水力発電所

電気仕掛けの記憶旅/電化の跡地・発掘散歩:No.8

日本の初期発電事業を支え、今も現役!!

駒橋発電所・八ツ沢発電所施設を訪ねる

~明治から令和に至る電化史の《生き証人》~

 本欄、2年半ぶりの更新です。コロナ禍による行動制限などをキッカケに、長い休止期間をとらせていただきました。しかし、今年のゴールデンウイーク明けから再び取材を開始。シリーズ名も「電気仕掛けの記憶旅/電化の跡地 発掘散歩」と変更しての再出発となります。

 本来であれば、休止前の本欄に、旧シリーズ「GO! GO! エレクトリシャン 小トリップ・シリーズ」第7弾として掲載した「埼玉県で初めて敷かれた電車線《川越電気鉄道》を知っていますか?」の続編を提供すべきところですが、いま、再取材を行っています。

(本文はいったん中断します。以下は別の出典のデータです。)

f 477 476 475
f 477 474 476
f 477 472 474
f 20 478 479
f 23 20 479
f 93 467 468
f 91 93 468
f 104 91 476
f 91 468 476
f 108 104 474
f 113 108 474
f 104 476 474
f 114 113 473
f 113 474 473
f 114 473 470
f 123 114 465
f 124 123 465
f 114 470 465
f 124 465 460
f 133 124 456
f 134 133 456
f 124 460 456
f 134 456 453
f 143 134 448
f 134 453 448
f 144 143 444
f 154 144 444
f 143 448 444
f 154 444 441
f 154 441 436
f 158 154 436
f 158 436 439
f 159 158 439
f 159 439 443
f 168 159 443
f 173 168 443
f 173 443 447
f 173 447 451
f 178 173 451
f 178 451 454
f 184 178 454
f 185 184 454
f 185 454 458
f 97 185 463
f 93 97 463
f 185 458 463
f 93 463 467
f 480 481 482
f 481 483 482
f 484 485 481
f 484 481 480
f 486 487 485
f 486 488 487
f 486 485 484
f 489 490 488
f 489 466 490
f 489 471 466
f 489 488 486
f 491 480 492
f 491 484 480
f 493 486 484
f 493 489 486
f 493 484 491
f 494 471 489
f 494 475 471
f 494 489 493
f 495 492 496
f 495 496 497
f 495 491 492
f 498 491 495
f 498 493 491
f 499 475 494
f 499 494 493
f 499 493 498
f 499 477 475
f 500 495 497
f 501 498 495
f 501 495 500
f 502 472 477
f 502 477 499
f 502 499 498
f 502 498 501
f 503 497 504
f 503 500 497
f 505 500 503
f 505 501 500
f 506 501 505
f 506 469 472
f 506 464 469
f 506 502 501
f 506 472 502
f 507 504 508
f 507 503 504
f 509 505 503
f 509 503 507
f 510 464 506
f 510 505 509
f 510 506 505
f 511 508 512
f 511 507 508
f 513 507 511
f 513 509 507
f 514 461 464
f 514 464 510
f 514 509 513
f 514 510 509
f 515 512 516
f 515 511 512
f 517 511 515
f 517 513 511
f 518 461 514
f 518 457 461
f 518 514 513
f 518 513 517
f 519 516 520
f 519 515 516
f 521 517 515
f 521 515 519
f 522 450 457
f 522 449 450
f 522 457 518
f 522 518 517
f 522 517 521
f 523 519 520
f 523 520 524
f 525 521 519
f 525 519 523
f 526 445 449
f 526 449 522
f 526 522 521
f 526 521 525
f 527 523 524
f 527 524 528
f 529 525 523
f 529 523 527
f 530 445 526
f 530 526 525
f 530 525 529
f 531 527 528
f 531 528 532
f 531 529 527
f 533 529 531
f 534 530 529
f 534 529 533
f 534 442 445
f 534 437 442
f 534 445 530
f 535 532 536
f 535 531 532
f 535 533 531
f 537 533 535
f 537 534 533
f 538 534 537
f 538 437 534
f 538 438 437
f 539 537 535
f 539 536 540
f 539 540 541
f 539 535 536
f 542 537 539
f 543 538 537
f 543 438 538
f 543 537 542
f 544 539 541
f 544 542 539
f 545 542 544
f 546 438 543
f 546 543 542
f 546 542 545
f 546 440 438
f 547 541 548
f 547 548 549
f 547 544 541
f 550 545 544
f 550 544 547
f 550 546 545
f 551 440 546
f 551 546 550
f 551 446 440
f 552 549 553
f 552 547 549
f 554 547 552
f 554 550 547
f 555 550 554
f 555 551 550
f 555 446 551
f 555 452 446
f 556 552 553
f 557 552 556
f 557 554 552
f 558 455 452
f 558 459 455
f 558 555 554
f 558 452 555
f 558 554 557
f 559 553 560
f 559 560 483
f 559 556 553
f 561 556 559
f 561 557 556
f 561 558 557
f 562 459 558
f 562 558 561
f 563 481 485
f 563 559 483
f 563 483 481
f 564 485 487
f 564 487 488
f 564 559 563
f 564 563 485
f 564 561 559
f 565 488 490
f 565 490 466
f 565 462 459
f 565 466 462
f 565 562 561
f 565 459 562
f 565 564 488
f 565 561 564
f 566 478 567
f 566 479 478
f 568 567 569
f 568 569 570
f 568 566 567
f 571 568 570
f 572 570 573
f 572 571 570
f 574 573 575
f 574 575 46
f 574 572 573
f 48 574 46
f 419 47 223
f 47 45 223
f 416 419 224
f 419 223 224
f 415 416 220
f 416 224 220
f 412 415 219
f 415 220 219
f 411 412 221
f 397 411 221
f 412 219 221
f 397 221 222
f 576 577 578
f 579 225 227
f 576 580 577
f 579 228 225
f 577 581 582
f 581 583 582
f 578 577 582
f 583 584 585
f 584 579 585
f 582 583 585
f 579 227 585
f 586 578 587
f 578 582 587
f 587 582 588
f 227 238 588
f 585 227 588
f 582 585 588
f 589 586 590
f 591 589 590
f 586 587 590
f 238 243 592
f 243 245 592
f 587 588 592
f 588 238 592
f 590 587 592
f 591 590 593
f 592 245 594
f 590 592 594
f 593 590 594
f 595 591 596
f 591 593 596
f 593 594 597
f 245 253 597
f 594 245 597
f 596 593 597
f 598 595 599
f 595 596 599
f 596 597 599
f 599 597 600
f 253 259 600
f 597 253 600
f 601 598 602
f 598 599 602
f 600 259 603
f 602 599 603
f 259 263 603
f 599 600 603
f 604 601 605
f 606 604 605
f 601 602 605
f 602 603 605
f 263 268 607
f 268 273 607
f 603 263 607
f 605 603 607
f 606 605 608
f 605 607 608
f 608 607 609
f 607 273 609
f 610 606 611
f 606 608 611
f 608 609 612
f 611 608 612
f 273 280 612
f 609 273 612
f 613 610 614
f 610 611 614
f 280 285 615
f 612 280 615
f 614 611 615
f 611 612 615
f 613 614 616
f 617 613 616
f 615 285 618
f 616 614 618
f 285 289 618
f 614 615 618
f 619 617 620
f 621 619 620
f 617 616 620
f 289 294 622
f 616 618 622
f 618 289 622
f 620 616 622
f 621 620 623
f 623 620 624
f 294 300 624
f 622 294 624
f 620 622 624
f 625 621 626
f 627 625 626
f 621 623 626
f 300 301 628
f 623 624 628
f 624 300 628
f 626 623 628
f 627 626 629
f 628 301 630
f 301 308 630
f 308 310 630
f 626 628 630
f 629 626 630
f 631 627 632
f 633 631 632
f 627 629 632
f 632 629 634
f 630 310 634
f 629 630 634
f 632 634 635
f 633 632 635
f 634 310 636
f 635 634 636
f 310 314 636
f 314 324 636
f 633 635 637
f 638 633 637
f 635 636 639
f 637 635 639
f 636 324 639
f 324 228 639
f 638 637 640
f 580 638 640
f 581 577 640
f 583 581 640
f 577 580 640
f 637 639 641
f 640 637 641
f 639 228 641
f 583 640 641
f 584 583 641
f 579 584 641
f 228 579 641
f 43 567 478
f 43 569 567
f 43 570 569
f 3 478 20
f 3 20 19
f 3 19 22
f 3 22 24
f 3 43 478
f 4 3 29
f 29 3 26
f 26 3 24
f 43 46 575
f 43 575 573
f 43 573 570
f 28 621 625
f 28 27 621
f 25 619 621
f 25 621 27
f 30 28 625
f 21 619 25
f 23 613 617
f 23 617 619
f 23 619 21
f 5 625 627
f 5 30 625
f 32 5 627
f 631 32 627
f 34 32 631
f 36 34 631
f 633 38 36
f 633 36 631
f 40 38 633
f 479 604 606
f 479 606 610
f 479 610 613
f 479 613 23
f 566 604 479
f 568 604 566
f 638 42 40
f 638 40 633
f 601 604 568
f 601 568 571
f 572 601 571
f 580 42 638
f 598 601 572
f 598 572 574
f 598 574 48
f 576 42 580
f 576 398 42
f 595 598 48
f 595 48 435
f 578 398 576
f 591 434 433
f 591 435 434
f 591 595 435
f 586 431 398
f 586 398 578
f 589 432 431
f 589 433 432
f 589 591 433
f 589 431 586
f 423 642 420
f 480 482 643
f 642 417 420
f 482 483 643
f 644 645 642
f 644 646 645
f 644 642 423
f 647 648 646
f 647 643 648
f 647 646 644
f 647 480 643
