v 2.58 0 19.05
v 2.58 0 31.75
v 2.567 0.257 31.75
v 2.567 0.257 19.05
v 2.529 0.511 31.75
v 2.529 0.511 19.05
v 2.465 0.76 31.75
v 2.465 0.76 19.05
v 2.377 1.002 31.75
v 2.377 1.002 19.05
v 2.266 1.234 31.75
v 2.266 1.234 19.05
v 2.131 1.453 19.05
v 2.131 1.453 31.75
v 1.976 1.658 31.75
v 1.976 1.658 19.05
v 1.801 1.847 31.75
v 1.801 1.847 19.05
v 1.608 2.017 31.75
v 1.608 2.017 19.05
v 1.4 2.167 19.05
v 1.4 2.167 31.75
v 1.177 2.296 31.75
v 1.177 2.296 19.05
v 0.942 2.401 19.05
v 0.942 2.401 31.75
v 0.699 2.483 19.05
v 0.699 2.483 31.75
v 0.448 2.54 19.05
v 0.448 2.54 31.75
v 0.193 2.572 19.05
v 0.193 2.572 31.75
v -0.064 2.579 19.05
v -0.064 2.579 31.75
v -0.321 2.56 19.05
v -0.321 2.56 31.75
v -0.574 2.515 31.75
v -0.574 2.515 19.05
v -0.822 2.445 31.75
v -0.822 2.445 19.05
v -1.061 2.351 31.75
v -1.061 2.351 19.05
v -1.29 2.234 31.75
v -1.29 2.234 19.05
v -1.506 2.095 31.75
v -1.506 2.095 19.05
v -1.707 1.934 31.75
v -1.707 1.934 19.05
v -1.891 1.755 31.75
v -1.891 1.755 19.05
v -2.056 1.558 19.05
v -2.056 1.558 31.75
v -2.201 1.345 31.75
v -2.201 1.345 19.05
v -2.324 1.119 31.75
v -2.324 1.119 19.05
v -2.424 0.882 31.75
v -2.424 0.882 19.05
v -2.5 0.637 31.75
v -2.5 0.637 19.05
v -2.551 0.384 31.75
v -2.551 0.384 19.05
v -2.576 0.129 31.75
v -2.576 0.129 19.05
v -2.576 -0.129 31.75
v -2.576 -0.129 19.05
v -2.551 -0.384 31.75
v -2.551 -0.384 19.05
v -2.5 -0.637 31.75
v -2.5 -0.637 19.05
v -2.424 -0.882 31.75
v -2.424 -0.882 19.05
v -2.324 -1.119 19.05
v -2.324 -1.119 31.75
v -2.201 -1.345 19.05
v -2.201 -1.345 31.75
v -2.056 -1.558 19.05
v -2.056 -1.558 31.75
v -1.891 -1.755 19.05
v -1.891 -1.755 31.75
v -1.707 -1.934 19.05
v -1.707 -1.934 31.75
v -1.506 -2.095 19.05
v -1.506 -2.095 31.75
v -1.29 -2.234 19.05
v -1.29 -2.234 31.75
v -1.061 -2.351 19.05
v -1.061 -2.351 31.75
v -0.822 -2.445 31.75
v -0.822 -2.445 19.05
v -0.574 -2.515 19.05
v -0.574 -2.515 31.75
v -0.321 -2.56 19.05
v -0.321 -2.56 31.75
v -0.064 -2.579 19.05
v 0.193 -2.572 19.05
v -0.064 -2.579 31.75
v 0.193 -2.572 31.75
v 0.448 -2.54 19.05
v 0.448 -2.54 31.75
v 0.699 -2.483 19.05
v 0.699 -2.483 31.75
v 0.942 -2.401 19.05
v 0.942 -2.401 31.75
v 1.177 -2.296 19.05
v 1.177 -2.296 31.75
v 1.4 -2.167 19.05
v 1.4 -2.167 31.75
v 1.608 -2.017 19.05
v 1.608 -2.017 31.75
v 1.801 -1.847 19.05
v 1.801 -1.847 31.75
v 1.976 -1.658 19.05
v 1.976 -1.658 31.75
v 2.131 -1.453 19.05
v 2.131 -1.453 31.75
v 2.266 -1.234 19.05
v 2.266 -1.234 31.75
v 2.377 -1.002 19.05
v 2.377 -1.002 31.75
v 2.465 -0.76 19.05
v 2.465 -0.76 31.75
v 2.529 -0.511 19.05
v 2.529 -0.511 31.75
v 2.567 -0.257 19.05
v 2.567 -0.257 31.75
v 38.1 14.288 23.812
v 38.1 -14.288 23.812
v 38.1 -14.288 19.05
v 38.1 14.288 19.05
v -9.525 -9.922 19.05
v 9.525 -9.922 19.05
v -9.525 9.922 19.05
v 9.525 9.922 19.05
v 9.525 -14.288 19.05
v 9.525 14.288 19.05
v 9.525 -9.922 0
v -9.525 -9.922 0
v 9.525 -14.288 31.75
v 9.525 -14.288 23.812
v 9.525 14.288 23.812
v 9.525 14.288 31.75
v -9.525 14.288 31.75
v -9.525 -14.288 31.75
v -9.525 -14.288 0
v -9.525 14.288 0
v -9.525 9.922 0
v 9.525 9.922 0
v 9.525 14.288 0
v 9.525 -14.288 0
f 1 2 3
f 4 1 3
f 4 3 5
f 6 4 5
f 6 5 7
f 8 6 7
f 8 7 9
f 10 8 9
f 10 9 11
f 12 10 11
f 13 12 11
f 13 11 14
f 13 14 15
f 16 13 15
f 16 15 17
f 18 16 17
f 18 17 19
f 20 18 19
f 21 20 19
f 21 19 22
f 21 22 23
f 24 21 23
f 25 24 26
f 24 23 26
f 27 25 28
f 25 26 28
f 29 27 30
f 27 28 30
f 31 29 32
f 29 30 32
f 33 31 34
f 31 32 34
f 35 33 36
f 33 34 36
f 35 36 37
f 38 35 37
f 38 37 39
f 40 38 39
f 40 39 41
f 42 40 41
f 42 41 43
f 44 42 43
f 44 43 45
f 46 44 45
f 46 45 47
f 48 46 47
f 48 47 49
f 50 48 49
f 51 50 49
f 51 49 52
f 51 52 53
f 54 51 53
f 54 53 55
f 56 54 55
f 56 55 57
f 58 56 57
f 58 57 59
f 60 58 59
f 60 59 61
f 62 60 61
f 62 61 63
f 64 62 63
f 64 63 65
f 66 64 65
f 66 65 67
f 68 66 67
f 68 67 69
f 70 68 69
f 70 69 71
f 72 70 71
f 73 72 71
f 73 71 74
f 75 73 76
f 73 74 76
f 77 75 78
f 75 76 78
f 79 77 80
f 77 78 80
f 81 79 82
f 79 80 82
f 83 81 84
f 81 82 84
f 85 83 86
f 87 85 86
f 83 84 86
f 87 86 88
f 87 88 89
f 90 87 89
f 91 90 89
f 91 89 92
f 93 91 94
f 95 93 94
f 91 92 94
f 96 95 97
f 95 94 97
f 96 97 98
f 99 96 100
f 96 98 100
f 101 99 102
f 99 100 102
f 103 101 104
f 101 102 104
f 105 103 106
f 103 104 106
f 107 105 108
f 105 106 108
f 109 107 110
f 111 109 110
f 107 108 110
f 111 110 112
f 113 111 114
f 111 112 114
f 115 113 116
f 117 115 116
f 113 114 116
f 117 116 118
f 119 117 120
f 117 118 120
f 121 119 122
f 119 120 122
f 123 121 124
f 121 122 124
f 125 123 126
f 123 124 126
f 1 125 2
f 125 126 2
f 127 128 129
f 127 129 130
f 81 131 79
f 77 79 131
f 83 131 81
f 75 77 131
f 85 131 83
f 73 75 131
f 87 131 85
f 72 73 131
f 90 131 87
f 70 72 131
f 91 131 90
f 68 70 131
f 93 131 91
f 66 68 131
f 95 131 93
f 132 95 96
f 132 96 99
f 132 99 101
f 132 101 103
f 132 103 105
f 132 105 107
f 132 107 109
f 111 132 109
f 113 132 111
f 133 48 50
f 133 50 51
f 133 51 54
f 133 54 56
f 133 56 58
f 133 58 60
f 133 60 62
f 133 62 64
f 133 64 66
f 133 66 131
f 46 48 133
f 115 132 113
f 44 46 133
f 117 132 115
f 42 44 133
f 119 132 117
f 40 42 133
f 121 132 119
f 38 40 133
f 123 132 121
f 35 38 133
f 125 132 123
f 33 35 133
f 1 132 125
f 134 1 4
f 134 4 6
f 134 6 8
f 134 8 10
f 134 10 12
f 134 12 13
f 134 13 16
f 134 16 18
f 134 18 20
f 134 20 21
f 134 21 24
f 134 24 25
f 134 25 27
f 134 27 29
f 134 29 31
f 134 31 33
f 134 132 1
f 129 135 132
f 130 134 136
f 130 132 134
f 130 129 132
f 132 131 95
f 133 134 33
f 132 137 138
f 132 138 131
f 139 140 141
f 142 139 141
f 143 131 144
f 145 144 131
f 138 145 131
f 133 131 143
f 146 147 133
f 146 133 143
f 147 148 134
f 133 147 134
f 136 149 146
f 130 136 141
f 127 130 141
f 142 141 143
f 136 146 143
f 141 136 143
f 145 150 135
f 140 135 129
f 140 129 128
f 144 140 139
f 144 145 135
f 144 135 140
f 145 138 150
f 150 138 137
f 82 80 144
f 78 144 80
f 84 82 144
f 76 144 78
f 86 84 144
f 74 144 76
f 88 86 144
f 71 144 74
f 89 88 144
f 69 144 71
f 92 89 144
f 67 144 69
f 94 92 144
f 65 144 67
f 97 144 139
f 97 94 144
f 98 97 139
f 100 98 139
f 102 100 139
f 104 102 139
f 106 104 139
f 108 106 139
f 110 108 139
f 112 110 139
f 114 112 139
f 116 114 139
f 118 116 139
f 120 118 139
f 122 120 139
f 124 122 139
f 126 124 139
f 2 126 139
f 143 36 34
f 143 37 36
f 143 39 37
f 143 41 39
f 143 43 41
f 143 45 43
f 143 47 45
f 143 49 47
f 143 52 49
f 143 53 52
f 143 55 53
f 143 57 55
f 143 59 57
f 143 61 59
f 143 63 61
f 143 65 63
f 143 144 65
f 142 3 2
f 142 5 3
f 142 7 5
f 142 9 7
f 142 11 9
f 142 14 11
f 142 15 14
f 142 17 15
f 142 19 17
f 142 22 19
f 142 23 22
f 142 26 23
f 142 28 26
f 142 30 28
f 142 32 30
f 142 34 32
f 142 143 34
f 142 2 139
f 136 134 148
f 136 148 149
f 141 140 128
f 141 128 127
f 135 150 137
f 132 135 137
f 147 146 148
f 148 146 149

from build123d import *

# Parameters (mm, degrees)
F0_W     = 19.05
F0_H     = 28.575
F1_DEPTH = 31.75
F2_W     = 19.84375
F2_H     = 19.05
F3_DEPTH = 19.051
F4_W     = 28.575
F4_H     = 4.7625
F5_DEPTH = 38.1
F6_R     = 2.579688
F7_DEPTH = 31.751


with BuildPart() as f1:
    # F0 (on Top) → F1 (new body)
    with BuildSketch(Plane.XY):
        Rectangle(F0_W, F0_H)
    extrude(amount=F1_DEPTH)

    # F2 (on face) → F3 (cut, through all)
    with BuildSketch(Plane.YZ.offset(9.525)):
        with Locations((0, 9.525)):
            Rectangle(F2_W, F2_H)
    extrude(amount=-F3_DEPTH, mode=Mode.SUBTRACT)

    # F4 (on Right) → F5 (join)
    with BuildSketch(Plane.YZ):
        with Locations((0, 21.43125)):
            Rectangle(F4_W, F4_H)
    extrude(amount=F5_DEPTH)

    # F6 (on face) → F7 (cut, through all)
    with BuildSketch(Plane.XY.offset(31.75)):
        Circle(F6_R)
    extrude(amount=-F7_DEPTH, mode=Mode.SUBTRACT)


solid = f1.part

 いずれ、その成果である「続編」をお届けするつもりですが、装いも新たに再開した本欄では、まず、旧シリーズからの通算第8弾として、今から100年以上も前に山梨県に建設され、今も稼働を続けている「駒橋発電所」とその周辺の探訪記を掲載させていただきます。

 この駒橋発電所、電化が急速に進んだ首都圏への電力供給を一時期は一手に引き受けるほどの、それは凄い発電所だったのです!!

写真1/戦国時代の砦をほうふつさせる駒橋発電所のヘッドタンク部分
写真2/落差102mの揚水式水力発電の主役は長大な水圧鉄管。ここを一気に流れる水の圧力が水車を回し、発電機をも回す
写真3/ 桂川から揚水された水は発電機を稼働させた後、放水路を通って桂川に戻される。生じた電力は変圧器を通し送電線に流される

☆国の文化財にして現役の発電システム

 山梨県大月市にある東京電力駒橋発電所を訪ねました。駒橋発電所は、山梨県を流れる桂川(相模川上流部)の水流を活用した水力発電所で、1907(明治40)年に建設されました。施主は「東京電力の前身・東京電燈」です。

 駒橋発電所はいろいろな意味で画期的な水力発電所でした。

 落差105m、水量21㎥/sの水力発電システムをもち、6台の発電機で1万5,000kWの電力を出力。5万5,000Vの電圧で距離76㎞離れた東京(早稲田変電所)まで送電を行い、日本で初めて長距離高圧送電を実現した水力発電所として、歴史にその名を残しています。

 このデータが当時いかに傑出していたものであったか? それは駒橋発電所の稼働以前、東京電燈(東京電力/TEPCOのルーツ)による「発電所建設史」をみれば明らかです。

 東京電燈の創設は1886(明治19)年でした。もうすぐ新1万円札の顔となる日本資本主義の父、あの渋沢栄一や、大成建設のルーツである大倉土木など数々の企業を立ち上げ、大倉財閥を築き上げた大倉喜八郎などが中心になって設立したのです。

 また、大倉喜八郎は1882(明治15)年、日本初の電灯(アーク灯)を、銀座2丁目に当時あった大倉商会(総合商社)の前に設置したことでも知られています(その復元品の街路灯は現在も、銀座2丁目の銀座通りで見られます)。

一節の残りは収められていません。